The latest images from the Rosetta probe reveal details on the surface of Comet 67P/Churyumov-Gerasimenko like never before. House-size boulders can be seen on the surface of the comet, and the "neck," "body" and "head of the dirty snowball are all on stark display. The photos were taken when Rosetta was about 81 miles (130 kilometers) away from the comet.

"We've arrived. Ten years we've been in the car waiting to get to scientific Disneyland, and we haven't even gotten out of the car yet and look at what's outside the window," Mark McCaughrean, senior scientific adviser with the ESA's Directorate of Science and Robotic Exploration, said during a webcast of the Rosetta's comet arrival today (Aug. 6). "It's just astonishing." [Europe's Rosetta Probe's Historic Comet Arrival (Video)]

Rosetta spacecraft's OSIRIS narrow-angle camera obtained this close-up detail of comet 67P/Churyumov-Gerasimenko on August 6, 2014. The comet’s "head" lies at the left, casting shadows onto the "neck" and "body" to the right. (Image credit: ESA/Rosetta/MPS for OSIRIS Team MPS/UPD/LAM/IAA/SSO/INTA/UPM/DASP/IDA)

And McCaughrean wasn't alone in his enthusiasm at Rosetta's mission operations center in Darmstadt, Germany.

"This is a very, very emotional moment," Holger Sierks, the principal investigator for Rosetta's OSIRIS instrument, said during the webcast. "You see a lot of detail coming out here. We see the bright areas. We see the head. We see the depression and a lot of stuff laid out there. We see the sides, the body, the lower body of the nucleus and a lot of detail." 
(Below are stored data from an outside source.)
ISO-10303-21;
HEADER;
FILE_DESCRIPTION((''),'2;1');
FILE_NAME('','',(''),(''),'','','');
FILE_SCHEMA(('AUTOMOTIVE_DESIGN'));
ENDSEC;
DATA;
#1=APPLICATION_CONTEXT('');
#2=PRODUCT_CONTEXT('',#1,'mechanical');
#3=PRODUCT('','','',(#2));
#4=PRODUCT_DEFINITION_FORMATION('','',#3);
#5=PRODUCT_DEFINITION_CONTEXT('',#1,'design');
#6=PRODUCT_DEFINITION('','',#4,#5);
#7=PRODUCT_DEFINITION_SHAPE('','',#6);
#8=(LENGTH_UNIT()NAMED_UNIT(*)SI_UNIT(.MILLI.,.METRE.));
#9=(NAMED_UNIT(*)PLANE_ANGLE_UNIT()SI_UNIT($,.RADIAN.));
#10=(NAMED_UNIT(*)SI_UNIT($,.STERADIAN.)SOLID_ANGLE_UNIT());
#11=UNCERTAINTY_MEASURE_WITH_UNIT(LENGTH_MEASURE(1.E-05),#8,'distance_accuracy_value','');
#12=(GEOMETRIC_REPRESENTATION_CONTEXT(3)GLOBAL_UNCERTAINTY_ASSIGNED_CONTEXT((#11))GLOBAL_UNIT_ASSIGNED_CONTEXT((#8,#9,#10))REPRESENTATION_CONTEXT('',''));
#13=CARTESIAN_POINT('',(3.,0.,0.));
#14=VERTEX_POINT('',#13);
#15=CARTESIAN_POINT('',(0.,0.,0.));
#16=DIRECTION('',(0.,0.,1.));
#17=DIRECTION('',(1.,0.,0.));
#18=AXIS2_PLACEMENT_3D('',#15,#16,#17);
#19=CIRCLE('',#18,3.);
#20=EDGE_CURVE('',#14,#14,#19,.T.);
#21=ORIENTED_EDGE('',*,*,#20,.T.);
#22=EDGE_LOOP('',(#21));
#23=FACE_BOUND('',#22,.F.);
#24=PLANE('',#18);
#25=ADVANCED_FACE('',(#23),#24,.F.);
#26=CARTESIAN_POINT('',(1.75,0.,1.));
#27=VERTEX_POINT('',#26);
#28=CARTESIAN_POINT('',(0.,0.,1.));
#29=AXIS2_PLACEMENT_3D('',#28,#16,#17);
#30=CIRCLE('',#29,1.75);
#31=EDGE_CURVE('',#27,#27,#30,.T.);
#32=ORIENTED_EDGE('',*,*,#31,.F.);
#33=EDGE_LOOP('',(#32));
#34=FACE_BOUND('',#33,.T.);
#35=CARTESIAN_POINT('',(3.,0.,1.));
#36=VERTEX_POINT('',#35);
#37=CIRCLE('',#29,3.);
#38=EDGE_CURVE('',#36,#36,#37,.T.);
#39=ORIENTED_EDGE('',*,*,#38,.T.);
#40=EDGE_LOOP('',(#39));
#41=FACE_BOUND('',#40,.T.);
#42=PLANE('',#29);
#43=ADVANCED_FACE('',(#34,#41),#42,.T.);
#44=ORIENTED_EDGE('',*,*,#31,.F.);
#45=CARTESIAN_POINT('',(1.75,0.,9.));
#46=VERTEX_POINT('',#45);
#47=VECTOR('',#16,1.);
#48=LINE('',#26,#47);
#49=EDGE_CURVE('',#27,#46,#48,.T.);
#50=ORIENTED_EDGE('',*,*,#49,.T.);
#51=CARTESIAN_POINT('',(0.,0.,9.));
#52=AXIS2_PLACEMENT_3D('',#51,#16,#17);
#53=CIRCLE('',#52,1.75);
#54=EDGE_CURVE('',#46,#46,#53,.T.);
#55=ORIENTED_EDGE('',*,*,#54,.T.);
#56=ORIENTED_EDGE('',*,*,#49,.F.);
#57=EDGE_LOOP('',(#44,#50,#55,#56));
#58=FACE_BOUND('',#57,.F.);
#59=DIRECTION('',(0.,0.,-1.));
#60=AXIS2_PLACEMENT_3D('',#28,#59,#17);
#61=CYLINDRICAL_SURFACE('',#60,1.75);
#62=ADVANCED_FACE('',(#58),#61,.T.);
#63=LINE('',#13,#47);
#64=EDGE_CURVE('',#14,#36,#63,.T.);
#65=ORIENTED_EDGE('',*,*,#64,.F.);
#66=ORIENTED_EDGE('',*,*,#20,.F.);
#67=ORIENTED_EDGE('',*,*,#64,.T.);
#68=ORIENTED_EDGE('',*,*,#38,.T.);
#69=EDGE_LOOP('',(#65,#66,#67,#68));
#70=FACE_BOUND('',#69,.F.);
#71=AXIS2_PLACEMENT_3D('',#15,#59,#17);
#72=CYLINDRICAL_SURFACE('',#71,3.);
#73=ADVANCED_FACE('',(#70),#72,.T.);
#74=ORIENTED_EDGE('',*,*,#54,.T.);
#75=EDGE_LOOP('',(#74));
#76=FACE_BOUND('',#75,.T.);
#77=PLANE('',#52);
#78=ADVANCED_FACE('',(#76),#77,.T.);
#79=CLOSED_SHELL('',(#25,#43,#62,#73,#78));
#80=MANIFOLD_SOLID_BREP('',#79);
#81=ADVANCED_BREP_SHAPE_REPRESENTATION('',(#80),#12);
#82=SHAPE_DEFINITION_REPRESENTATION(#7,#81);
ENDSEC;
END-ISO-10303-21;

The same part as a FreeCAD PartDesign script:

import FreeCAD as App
import Part
import Sketcher

V = App.Vector

doc = App.newDocument("Part")
body = doc.addObject("PartDesign::Body", "Body")

sketch1 = body.newObject("Sketcher::SketchObject", "Sketch")
sketch1.AttachmentSupport = (doc.getObject("XY_Plane"), [""])
sketch1.MapMode = "FlatFace"
sketch1.addGeometry(Part.Circle(V(0, 0, 0), V(0, 0, 1), 3), False)
sketch1.addConstraint([
    Sketcher.Constraint("Coincident", 0, 3, -1, 1),
    Sketcher.Constraint("Diameter", 0, 6.0),
])
pad1 = body.newObject("PartDesign::Pad", "Pad")
pad1.Profile = sketch1
pad1.Length = 1

sketch2 = body.newObject("Sketcher::SketchObject", "Sketch001")
sketch2.AttachmentSupport = (doc.getObject("XY_Plane"), [""])
sketch2.MapMode = "FlatFace"
sketch2.AttachmentOffset = App.Placement(V(0, 0, 1), App.Rotation())
sketch2.addGeometry(Part.Circle(V(0, 0, 0), V(0, 0, 1), 1.75), False)
sketch2.addConstraint([
    Sketcher.Constraint("Coincident", 0, 3, -1, 1),
    Sketcher.Constraint("Diameter", 0, 3.5),
])
pad2 = body.newObject("PartDesign::Pad", "Pad001")
pad2.Profile = sketch2
pad2.Length = 8

doc.recompute()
Both Rosetta and Comet 67P/C-G are flying in tandem at about 251 million miles (405 million km) from Earth. Rosetta set off on its quest to link up with the comet in 2004, traveling about 4 billion miles (6.4 billion km) before making its historic rendezvous with the comet this morning.While today does mark an event 10 years in the making, it is just the beginning of the mission for many ESA scientists.

ESA officials still need to find a suitable landing spot for the Philae lander, a robotic craft that hitched a ride with Rosetta to the comet. Philae (named for an obelisk found on an island in the Nile River) is designed to touch down on the surface of Comet 67P/G-C to learn more about the composition and properties of the 2.5-mile-wide (4 km) comet.
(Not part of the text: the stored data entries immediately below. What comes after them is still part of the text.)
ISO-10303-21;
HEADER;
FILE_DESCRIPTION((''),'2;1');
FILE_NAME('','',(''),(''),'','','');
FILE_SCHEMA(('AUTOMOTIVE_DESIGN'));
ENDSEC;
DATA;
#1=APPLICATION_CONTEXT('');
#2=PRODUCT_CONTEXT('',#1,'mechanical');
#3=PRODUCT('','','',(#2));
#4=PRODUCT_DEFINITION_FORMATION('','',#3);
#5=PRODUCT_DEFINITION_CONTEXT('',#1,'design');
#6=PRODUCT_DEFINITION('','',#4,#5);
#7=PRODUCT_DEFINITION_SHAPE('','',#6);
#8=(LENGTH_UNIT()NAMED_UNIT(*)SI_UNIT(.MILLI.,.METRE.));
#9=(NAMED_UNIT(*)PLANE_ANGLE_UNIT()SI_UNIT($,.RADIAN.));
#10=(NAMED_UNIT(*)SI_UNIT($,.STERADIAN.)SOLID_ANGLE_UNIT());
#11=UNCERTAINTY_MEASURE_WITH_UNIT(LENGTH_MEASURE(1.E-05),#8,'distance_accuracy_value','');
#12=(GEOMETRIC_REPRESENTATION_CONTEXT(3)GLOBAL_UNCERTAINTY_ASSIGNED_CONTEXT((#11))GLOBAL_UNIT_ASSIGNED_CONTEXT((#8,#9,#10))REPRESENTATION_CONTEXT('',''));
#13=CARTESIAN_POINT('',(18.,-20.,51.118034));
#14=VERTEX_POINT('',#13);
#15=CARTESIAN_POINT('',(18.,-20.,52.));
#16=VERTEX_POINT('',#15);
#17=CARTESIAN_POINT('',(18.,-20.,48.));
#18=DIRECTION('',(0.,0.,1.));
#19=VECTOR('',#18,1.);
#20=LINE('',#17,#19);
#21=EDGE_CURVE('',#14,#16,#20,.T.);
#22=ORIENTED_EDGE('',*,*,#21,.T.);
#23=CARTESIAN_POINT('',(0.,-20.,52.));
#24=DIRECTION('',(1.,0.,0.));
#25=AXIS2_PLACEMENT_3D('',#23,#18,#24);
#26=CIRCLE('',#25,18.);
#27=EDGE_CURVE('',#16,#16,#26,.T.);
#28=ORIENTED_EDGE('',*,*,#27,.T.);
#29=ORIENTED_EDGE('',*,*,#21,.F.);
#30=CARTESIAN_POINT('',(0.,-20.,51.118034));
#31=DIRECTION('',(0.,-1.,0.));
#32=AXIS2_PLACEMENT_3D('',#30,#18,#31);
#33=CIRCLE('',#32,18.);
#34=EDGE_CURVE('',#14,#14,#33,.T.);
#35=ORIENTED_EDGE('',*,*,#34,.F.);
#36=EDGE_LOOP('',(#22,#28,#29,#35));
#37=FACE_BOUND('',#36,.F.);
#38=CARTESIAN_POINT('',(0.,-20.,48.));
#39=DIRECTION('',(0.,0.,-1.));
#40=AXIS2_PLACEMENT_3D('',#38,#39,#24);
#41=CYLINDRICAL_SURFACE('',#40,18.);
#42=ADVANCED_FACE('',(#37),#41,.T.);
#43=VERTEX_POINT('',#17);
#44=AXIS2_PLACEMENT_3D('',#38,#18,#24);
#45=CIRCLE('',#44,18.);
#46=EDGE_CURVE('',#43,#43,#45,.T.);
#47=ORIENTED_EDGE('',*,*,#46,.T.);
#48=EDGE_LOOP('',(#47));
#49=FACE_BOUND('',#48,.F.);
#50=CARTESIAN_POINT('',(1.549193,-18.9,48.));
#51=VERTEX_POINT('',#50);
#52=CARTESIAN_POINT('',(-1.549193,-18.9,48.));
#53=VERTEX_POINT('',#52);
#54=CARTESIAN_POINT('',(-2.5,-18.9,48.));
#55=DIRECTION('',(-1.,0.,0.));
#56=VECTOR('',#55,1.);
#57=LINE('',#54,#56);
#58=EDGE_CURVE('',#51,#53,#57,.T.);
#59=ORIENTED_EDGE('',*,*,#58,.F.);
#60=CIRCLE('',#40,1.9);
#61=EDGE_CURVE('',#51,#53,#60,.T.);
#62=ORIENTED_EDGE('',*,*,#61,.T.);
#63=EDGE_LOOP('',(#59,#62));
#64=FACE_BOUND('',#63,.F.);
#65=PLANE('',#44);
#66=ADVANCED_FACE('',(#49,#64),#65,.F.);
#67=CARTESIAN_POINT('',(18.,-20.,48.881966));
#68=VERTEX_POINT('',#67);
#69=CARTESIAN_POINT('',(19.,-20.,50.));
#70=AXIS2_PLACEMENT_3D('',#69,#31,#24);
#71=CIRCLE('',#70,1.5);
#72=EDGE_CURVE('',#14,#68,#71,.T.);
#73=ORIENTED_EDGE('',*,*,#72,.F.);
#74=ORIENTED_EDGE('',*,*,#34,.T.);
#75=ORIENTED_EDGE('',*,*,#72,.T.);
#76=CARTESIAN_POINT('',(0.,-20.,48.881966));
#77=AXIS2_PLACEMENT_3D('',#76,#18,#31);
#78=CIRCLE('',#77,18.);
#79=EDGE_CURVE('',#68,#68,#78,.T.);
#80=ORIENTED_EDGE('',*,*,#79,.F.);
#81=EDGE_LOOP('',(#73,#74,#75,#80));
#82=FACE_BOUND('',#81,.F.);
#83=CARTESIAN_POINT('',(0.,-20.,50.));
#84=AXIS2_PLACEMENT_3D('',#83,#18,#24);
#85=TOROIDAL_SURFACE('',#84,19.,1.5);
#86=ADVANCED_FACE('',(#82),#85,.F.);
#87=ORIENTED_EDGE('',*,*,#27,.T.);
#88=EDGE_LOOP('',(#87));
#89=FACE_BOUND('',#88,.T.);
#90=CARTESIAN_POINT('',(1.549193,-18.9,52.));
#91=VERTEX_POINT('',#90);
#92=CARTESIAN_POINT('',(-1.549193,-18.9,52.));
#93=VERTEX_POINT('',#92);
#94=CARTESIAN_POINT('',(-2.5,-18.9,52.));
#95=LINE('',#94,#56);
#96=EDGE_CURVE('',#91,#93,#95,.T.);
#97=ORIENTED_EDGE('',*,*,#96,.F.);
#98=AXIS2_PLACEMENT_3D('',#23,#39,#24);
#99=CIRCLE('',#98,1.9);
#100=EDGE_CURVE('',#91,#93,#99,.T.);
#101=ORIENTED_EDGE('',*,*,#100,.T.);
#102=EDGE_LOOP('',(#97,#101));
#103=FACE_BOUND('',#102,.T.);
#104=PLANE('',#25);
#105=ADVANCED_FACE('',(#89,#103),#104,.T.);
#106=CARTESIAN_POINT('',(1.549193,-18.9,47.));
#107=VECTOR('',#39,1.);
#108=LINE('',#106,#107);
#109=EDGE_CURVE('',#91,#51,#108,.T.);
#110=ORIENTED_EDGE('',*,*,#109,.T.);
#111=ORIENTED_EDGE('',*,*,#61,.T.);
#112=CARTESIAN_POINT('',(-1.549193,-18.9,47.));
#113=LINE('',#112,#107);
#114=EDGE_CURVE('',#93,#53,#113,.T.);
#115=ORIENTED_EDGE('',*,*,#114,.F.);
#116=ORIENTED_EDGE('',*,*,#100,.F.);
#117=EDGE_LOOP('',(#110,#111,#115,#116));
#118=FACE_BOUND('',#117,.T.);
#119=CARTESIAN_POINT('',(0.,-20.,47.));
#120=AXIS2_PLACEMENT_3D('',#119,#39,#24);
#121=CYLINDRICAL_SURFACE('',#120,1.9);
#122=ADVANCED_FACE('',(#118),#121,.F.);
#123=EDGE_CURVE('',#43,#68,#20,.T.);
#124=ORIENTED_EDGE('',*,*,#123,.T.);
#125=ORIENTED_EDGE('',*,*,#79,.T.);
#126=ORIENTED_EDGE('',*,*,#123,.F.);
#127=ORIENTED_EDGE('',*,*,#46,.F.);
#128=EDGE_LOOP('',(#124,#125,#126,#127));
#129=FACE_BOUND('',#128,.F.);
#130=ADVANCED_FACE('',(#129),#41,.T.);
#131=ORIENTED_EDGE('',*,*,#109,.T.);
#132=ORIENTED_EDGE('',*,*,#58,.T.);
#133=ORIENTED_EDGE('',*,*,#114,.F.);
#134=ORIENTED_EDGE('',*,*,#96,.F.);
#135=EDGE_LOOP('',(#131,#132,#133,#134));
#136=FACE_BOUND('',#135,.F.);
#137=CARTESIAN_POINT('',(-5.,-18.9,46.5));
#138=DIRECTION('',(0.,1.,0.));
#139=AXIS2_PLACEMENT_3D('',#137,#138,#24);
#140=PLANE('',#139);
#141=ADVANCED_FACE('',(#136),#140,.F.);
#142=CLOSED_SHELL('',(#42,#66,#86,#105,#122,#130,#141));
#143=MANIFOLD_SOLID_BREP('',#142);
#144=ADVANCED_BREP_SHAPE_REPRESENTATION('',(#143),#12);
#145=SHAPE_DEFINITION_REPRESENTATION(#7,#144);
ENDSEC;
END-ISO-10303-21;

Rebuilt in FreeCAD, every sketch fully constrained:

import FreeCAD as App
import Part
import Sketcher
Q = App.Units.Quantity

doc = App.newDocument("Part")
body = doc.addObject("PartDesign::Body", "Body")

sketch1 = doc.addObject("Sketcher::SketchObject", "Sketch")
body.addObject(sketch1)
sketch1.AttachmentSupport = (doc.XZ_Plane, [""])
sketch1.MapMode = "FlatFace"
sketch1.addGeometry(Part.Circle(App.Vector(19, 2, 0), App.Vector(0, 0, 1), 1.5), False)
sketch1.addConstraint([
    Sketcher.Constraint("Diameter", 0, Q("3 mm")),
    Sketcher.Constraint("DistanceX", -1, 1, 0, 3, Q("19 mm")),
    Sketcher.Constraint("DistanceY", -1, 1, 0, 3, Q("2 mm")),
])
revolution = doc.addObject("PartDesign::Revolution", "Revolution")
body.addObject(revolution)
revolution.Profile = sketch1
revolution.ReferenceAxis = (sketch1, ["V_Axis"])
revolution.Angle = 360
body2 = doc.addObject("PartDesign::Body", "Body001")

sketch2 = doc.addObject("Sketcher::SketchObject", "Sketch001")
body2.addObject(sketch2)
sketch2.AttachmentSupport = (doc.getObject("XY_Plane001"), [""])
sketch2.MapMode = "FlatFace"
sketch2.AttachmentOffset = App.Placement(App.Vector(0, 0, -1.5), App.Rotation())
sketch2.addGeometry([
    Part.LineSegment(App.Vector(-5, 11.1, 0), App.Vector(-5, 1.1, 0)),
    Part.LineSegment(App.Vector(-5, 1.1, 0), App.Vector(5, 1.1, 0)),
    Part.LineSegment(App.Vector(5, 1.1, 0), App.Vector(5, 11.1, 0)),
    Part.LineSegment(App.Vector(5, 11.1, 0), App.Vector(-5, 11.1, 0)),
], False)
sketch2.addConstraint([
    Sketcher.Constraint("Coincident", 0, 2, 1, 1),
    Sketcher.Constraint("Coincident", 1, 2, 2, 1),
    Sketcher.Constraint("Coincident", 2, 2, 3, 1),
    Sketcher.Constraint("Coincident", 3, 2, 0, 1),
    Sketcher.Constraint("Vertical", 0),
    Sketcher.Constraint("Horizontal", 1),
    Sketcher.Constraint("Vertical", 2),
    Sketcher.Constraint("Horizontal", 3),
    Sketcher.Constraint("Equal", 3, 0),
    Sketcher.Constraint("DistanceX", 1, 1, 1, 2, Q("10 mm")),
    Sketcher.Constraint("DistanceX", 0, 2, -1, 1, Q("5 mm")),
    Sketcher.Constraint("DistanceY", -1, 1, 0, 2, Q("1.1 mm")),
])
pad1 = doc.addObject("PartDesign::Pad", "Pad")
body2.addObject(pad1)
pad1.Profile = sketch2
pad1.Length = 12
body3 = doc.addObject("PartDesign::Body", "Body002")

sketch3 = doc.addObject("Sketcher::SketchObject", "Sketch002")
body3.addObject(sketch3)
sketch3.AttachmentSupport = (doc.getObject("XY_Plane002"), [""])
sketch3.MapMode = "FlatFace"
sketch3.AttachmentOffset = App.Placement(App.Vector(0, 0, -1), App.Rotation())
sketch3.addGeometry(Part.Circle(App.Vector(0, 0, 0), App.Vector(0, 0, 1), 1.9), False)
sketch3.addConstraint([
    Sketcher.Constraint("Coincident", 0, 3, -1, 1),
    Sketcher.Constraint("Diameter", 0, Q("3.8 mm")),
])
pad2 = doc.addObject("PartDesign::Pad", "Pad001")
body3.addObject(pad2)
pad2.Profile = sketch3
pad2.Length = 10
doc.recompute()

boolean = doc.addObject("PartDesign::Boolean", "Boolean")
body3.addObject(boolean)
boolean.Type = "Cut"
boolean.addObjects([body2])
body4 = doc.addObject("PartDesign::Body", "Body003")

sketch4 = doc.addObject("Sketcher::SketchObject", "Sketch003")
body4.addObject(sketch4)
sketch4.AttachmentSupport = (doc.getObject("XY_Plane003"), [""])
sketch4.MapMode = "FlatFace"
sketch4.addGeometry(Part.Circle(App.Vector(0, 0, 0), App.Vector(0, 0, 1), 18), False)
sketch4.addConstraint([
    Sketcher.Constraint("Coincident", 0, 3, -1, 1),
    Sketcher.Constraint("Diameter", 0, Q("36 mm")),
])
pad3 = doc.addObject("PartDesign::Pad", "Pad002")
body4.addObject(pad3)
pad3.Profile = sketch4
pad3.Length = 4
doc.recompute()

boolean2 = doc.addObject("PartDesign::Boolean", "Boolean001")
body4.addObject(boolean2)
boolean2.Type = "Cut"
boolean2.addObjects([body3])
doc.recompute()

boolean3 = doc.addObject("PartDesign::Boolean", "Boolean002")
body4.addObject(boolean3)
boolean3.Type = "Cut"
boolean3.addObjects([body])
body5 = doc.addObject("PartDesign::Body", "Body004")
doc.recompute()

body4.Placement = App.Placement(App.Vector(0, -20, 48), App.Rotation(App.Vector(0, 0, 1), 0))
boolean4 = doc.addObject("PartDesign::Boolean", "Boolean003")
body5.addObject(boolean4)
boolean4.Type = "Fuse"
boolean4.addObjects([body4])

doc.recompute()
Rosetta spacecraft obtained this 330 second exposure of comet 67P/Churyumov-Gerasimenko. from a distance of 342 miles (550 km). The comet nucleus was saturated to bring out detail. Note a ghost image floats at the right. (Image credit: ESA/Rosetta/MPS for OSIRIS Team MPS/UPD/LAM/IAA/SSO/INTA/UPM/DASP/IDA)

Mission controllers will now put Rosetta into a triangular orbit around Comet 67P/Churyumov-Gerasimenko (67P/C-G) before moving the probe closer to the comet. Eventually, Rosetta will move into an even tighter circular orbit to release its lander down to the comet's surface in November.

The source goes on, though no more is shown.